Task objective
Give back, word for word, the line that contains "v -25.865 -11.421 -6" and every line that follows it in the data below.

Dataset extract
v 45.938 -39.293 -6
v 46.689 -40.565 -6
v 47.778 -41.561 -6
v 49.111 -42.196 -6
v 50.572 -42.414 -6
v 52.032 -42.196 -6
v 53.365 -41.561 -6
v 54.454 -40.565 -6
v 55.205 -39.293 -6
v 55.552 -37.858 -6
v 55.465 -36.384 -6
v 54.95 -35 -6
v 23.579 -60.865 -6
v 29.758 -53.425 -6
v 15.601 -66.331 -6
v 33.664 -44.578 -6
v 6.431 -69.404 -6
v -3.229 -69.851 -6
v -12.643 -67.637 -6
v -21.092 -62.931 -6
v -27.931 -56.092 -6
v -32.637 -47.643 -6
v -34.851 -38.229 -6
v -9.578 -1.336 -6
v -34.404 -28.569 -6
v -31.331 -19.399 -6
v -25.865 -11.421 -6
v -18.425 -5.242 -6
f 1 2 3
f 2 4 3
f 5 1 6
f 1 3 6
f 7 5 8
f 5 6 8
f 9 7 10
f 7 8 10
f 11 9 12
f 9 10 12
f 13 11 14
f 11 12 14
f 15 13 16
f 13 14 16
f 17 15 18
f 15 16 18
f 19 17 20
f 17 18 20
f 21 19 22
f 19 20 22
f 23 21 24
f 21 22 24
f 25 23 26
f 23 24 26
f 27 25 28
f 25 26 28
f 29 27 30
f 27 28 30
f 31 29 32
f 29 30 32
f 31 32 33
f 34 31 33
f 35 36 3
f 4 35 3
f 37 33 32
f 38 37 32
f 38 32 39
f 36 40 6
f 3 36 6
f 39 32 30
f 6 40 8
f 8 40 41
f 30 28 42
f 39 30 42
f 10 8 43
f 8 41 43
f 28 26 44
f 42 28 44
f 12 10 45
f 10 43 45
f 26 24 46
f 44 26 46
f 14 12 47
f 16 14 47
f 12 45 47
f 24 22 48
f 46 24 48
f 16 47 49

Answer to the exercise
v -25.865 -11.421 -6
v -18.425 -5.242 -6
f 1 2 3
f 2 4 3
f 5 1 6
f 1 3 6
f 7 5 8
f 5 6 8
f 9 7 10
f 7 8 10
f 11 9 12
f 9 10 12
f 13 11 14
f 11 12 14
f 15 13 16
f 13 14 16
f 17 15 18
f 15 16 18
f 19 17 20
f 17 18 20
f 21 19 22
f 19 20 22
f 23 21 24
f 21 22 24
f 25 23 26
f 23 24 26
f 27 25 28
f 25 26 28
f 29 27 30
f 27 28 30
f 31 29 32
f 29 30 32
f 31 32 33
f 34 31 33
f 35 36 3
f 4 35 3
f 37 33 32
f 38 37 32
f 38 32 39
f 36 40 6
f 3 36 6
f 39 32 30
f 6 40 8
f 8 40 41
f 30 28 42
f 39 30 42
f 10 8 43
f 8 41 43
f 28 26 44
f 42 28 44
f 12 10 45
f 10 43 45
f 26 24 46
f 44 26 46
f 14 12 47
f 16 14 47
f 12 45 47
f 24 22 48
f 46 24 48
f 16 47 49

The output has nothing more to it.